*** Opening of TASK MATERIAL ***
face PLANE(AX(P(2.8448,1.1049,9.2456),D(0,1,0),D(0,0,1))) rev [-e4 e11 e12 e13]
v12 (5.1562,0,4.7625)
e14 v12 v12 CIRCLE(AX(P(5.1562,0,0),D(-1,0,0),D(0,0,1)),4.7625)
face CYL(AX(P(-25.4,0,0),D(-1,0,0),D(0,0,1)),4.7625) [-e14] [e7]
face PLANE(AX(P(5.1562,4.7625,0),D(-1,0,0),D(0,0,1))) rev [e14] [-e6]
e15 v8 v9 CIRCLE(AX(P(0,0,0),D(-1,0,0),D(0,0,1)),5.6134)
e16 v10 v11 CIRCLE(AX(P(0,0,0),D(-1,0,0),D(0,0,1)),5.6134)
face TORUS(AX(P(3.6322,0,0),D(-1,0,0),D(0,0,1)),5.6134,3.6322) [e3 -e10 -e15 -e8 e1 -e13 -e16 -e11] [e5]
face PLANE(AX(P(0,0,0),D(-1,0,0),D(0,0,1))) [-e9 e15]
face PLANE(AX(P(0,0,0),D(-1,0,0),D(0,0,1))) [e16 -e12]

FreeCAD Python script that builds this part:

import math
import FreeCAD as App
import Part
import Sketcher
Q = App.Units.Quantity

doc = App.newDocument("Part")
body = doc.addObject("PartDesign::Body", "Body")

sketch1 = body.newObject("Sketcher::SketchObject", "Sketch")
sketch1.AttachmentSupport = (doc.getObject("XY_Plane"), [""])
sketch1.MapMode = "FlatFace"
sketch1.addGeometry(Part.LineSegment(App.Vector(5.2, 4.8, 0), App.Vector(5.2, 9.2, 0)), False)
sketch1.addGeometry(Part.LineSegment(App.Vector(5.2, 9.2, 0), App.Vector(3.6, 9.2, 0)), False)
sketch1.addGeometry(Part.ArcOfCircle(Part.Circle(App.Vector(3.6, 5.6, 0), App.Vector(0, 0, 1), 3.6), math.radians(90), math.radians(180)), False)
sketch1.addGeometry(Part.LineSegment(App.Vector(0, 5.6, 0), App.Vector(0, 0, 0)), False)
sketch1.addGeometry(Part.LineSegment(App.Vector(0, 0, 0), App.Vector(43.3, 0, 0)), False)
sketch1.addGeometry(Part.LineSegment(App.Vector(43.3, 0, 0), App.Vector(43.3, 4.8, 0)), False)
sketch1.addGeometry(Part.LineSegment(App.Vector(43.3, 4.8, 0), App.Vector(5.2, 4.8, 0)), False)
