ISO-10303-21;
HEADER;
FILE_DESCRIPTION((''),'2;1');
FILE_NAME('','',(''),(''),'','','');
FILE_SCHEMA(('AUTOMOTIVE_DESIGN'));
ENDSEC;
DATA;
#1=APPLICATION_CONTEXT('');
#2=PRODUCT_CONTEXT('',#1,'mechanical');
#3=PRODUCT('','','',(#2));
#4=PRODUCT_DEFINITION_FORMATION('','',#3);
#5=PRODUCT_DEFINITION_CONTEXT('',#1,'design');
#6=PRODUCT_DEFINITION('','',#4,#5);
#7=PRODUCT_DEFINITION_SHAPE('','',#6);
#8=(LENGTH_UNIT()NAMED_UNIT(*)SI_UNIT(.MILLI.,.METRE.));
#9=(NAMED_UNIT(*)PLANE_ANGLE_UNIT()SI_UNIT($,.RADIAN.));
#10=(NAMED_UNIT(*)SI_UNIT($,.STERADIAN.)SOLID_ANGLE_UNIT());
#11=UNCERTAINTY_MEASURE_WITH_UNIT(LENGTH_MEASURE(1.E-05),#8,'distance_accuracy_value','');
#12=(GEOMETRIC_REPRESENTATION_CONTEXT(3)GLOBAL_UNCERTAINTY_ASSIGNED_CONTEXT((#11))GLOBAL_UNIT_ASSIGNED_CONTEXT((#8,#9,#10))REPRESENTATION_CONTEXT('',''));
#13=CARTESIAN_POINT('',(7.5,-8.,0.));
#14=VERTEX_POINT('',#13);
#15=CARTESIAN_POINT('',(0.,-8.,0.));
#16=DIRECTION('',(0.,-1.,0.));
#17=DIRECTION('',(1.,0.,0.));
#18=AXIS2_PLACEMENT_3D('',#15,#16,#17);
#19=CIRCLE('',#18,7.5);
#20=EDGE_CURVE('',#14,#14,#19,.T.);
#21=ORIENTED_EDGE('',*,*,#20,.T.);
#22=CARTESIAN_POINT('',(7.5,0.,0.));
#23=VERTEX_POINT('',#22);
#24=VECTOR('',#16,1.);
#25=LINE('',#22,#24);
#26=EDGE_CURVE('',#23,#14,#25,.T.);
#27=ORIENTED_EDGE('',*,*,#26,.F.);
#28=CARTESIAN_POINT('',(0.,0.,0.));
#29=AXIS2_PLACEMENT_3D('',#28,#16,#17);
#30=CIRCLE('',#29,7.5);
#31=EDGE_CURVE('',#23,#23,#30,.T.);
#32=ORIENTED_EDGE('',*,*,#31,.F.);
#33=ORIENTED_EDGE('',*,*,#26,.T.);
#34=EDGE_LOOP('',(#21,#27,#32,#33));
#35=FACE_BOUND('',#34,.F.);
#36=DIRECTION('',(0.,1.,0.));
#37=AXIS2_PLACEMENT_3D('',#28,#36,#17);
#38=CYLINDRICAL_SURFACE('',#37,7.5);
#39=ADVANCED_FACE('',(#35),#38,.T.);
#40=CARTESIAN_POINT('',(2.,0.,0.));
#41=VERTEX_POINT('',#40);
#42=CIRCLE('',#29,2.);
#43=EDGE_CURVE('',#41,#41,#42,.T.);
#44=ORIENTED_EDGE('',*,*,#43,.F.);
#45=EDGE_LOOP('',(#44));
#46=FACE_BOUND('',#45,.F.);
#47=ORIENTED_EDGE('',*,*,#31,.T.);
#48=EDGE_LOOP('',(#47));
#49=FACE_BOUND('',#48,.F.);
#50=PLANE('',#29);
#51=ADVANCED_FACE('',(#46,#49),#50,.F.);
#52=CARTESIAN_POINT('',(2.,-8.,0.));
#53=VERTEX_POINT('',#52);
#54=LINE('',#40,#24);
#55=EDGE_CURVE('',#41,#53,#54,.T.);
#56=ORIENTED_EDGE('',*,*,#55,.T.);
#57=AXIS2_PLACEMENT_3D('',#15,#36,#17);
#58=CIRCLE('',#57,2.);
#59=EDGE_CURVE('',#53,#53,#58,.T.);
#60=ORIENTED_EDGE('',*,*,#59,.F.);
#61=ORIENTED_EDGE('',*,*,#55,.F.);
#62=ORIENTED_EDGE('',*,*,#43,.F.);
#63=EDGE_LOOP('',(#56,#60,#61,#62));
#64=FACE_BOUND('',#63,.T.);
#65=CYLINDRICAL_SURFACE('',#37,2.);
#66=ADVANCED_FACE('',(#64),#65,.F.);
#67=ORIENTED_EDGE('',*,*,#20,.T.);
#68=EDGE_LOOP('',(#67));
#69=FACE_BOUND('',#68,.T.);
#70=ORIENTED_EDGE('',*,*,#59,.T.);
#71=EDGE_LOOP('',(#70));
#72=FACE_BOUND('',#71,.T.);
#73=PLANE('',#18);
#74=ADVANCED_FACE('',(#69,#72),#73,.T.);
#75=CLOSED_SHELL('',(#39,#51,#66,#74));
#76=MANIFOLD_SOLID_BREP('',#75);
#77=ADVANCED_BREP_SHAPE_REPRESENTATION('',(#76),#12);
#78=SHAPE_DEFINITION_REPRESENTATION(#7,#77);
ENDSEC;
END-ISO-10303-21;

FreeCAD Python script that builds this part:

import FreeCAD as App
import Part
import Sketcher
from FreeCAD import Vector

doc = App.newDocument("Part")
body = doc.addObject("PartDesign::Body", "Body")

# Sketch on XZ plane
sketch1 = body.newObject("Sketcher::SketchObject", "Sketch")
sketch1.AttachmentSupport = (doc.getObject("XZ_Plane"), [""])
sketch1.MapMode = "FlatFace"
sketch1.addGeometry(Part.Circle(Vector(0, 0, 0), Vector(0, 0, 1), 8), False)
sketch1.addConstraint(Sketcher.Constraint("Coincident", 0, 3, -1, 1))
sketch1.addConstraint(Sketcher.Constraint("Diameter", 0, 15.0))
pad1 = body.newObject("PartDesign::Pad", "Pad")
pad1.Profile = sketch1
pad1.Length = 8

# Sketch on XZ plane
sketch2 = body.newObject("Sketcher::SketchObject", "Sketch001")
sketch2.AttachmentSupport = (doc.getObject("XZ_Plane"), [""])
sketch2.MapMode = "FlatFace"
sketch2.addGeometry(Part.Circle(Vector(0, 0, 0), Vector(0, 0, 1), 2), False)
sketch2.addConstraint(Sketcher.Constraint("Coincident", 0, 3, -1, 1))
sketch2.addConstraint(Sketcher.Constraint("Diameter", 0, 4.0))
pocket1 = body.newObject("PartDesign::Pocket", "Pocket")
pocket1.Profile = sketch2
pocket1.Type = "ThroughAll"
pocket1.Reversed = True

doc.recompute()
*** Close of TASK MATERIAL ***
*** Opening of TASK MATERIAL ***
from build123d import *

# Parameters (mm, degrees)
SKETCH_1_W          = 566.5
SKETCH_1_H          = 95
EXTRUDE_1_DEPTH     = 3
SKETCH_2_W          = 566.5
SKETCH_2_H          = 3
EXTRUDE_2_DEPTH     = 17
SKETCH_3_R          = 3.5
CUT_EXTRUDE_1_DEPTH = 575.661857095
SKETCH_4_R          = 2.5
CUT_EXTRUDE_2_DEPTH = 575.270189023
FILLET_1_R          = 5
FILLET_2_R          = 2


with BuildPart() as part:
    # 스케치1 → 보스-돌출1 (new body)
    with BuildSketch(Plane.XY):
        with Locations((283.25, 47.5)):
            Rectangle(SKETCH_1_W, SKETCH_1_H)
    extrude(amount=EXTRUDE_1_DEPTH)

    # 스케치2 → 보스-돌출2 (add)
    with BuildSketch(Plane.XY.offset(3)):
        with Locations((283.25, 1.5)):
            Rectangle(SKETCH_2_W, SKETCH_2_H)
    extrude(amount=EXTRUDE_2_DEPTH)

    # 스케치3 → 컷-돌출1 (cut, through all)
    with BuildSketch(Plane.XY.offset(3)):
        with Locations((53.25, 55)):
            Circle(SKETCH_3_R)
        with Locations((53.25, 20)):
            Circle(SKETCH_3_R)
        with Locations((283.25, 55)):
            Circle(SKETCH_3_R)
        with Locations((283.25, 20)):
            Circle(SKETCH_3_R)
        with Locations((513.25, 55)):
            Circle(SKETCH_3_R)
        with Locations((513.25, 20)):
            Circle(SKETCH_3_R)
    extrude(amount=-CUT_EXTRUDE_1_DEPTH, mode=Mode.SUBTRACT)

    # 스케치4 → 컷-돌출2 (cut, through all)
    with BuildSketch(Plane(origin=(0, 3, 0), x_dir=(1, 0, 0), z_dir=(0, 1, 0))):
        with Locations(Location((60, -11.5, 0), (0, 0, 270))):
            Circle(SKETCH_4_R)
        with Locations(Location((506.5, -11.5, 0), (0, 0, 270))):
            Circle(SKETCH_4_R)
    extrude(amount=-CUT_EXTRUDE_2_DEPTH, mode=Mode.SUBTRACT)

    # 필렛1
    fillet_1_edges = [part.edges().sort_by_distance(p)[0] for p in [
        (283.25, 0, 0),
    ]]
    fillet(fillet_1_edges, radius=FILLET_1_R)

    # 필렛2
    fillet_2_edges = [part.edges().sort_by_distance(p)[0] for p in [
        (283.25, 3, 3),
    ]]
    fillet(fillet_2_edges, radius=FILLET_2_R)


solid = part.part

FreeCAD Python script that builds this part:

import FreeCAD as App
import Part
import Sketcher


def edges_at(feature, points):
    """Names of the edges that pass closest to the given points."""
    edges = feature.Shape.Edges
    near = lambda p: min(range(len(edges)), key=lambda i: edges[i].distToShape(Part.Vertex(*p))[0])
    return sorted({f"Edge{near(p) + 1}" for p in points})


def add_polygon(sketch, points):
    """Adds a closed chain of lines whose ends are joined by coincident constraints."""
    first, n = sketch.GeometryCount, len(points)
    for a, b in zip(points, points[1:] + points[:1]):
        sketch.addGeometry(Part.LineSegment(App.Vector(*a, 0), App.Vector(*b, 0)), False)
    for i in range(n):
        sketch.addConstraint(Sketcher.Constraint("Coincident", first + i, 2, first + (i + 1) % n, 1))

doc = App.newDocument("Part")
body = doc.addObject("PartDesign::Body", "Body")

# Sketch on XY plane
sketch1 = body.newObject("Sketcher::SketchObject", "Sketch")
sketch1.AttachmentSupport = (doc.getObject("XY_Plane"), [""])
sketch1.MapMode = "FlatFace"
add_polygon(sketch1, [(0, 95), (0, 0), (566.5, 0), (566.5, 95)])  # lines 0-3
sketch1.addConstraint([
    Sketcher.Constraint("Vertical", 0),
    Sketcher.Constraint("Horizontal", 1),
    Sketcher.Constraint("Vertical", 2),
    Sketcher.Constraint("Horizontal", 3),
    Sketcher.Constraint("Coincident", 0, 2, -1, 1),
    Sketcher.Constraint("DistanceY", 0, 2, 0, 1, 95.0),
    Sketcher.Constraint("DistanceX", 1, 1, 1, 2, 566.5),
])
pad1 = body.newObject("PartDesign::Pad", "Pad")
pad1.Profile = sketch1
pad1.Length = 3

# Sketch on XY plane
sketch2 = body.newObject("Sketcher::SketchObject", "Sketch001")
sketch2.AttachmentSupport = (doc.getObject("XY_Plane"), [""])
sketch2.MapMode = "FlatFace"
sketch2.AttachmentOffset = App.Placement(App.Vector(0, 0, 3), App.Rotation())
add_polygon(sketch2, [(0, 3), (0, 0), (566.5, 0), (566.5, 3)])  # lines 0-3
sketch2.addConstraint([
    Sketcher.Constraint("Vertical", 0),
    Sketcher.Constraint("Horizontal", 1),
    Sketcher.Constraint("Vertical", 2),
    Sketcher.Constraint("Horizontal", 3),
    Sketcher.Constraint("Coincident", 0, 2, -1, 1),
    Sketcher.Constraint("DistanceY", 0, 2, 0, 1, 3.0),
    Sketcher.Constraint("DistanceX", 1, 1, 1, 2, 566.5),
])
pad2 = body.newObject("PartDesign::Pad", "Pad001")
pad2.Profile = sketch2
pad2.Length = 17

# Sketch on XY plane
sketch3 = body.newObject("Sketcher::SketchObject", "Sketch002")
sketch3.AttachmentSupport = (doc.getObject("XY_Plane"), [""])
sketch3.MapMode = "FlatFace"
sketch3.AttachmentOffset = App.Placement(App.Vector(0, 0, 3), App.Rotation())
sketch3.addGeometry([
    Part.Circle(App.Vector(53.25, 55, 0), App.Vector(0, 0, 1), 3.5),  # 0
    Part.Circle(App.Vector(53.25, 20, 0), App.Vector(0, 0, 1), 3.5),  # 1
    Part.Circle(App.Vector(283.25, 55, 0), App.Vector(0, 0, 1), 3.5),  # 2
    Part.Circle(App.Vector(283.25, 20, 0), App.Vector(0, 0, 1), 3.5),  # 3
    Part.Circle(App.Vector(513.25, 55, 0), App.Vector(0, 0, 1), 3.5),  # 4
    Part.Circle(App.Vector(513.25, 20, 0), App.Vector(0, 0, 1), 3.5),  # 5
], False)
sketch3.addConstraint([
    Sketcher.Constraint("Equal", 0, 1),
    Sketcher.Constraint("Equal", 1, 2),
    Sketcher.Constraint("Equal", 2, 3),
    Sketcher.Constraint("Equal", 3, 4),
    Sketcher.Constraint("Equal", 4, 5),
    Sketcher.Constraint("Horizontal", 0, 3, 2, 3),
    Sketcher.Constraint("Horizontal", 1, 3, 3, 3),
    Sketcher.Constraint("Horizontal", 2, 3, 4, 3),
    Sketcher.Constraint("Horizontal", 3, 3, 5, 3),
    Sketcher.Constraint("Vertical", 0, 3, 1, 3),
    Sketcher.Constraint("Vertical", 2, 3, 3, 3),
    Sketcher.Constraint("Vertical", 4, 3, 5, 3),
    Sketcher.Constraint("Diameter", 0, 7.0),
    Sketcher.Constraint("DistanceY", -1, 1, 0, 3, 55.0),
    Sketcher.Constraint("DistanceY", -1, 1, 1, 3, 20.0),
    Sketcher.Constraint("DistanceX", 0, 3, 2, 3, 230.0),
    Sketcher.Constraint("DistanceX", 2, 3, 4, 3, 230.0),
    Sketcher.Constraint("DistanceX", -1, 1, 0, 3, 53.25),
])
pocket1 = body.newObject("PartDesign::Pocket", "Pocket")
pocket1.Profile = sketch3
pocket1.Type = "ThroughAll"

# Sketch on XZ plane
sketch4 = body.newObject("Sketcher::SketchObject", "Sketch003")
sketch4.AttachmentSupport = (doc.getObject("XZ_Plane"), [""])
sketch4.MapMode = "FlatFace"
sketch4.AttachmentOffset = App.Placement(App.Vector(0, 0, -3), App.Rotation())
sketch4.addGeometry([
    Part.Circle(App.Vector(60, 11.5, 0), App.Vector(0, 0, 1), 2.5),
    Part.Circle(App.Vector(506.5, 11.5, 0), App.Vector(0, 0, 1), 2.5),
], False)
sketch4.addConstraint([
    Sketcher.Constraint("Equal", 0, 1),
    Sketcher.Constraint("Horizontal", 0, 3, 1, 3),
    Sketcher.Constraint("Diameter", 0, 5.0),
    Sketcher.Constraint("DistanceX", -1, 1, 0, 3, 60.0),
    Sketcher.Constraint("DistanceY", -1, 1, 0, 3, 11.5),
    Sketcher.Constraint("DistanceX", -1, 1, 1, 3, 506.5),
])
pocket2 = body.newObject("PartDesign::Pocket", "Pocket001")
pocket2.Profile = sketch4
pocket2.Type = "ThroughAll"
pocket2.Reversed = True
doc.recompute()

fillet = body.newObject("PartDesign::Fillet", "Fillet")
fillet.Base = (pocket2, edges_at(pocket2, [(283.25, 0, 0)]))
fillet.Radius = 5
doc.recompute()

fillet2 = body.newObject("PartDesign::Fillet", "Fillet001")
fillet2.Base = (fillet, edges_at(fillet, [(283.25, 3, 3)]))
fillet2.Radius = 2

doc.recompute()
*** Close of TASK MATERIAL ***
WORK REQUIRED
Extract from the records above the lines from the one containing "face PLANE(AX(P(2.8448,1.1049,9.2456),D(0,1,0),D(0,0,1))) rev" to the one containing "App.Vector(0, 0, 0)), False)", both lines included, exactly as they appear and with nothing else.

ANSWER SPACE
face PLANE(AX(P(2.8448,1.1049,9.2456),D(0,1,0),D(0,0,1))) rev [-e4 e11 e12 e13]
v12 (5.1562,0,4.7625)
e14 v12 v12 CIRCLE(AX(P(5.1562,0,0),D(-1,0,0),D(0,0,1)),4.7625)
face CYL(AX(P(-25.4,0,0),D(-1,0,0),D(0,0,1)),4.7625) [-e14] [e7]
face PLANE(AX(P(5.1562,4.7625,0),D(-1,0,0),D(0,0,1))) rev [e14] [-e6]
e15 v8 v9 CIRCLE(AX(P(0,0,0),D(-1,0,0),D(0,0,1)),5.6134)
e16 v10 v11 CIRCLE(AX(P(0,0,0),D(-1,0,0),D(0,0,1)),5.6134)
face TORUS(AX(P(3.6322,0,0),D(-1,0,0),D(0,0,1)),5.6134,3.6322) [e3 -e10 -e15 -e8 e1 -e13 -e16 -e11] [e5]
face PLANE(AX(P(0,0,0),D(-1,0,0),D(0,0,1))) [-e9 e15]
face PLANE(AX(P(0,0,0),D(-1,0,0),D(0,0,1))) [e16 -e12]

FreeCAD Python script that builds this part:

import math
import FreeCAD as App
import Part
import Sketcher
Q = App.Units.Quantity

doc = App.newDocument("Part")
body = doc.addObject("PartDesign::Body", "Body")

sketch1 = body.newObject("Sketcher::SketchObject", "Sketch")
sketch1.AttachmentSupport = (doc.getObject("XY_Plane"), [""])
sketch1.MapMode = "FlatFace"
sketch1.addGeometry(Part.LineSegment(App.Vector(5.2, 4.8, 0), App.Vector(5.2, 9.2, 0)), False)
sketch1.addGeometry(Part.LineSegment(App.Vector(5.2, 9.2, 0), App.Vector(3.6, 9.2, 0)), False)
sketch1.addGeometry(Part.ArcOfCircle(Part.Circle(App.Vector(3.6, 5.6, 0), App.Vector(0, 0, 1), 3.6), math.radians(90), math.radians(180)), False)
sketch1.addGeometry(Part.LineSegment(App.Vector(0, 5.6, 0), App.Vector(0, 0, 0)), False)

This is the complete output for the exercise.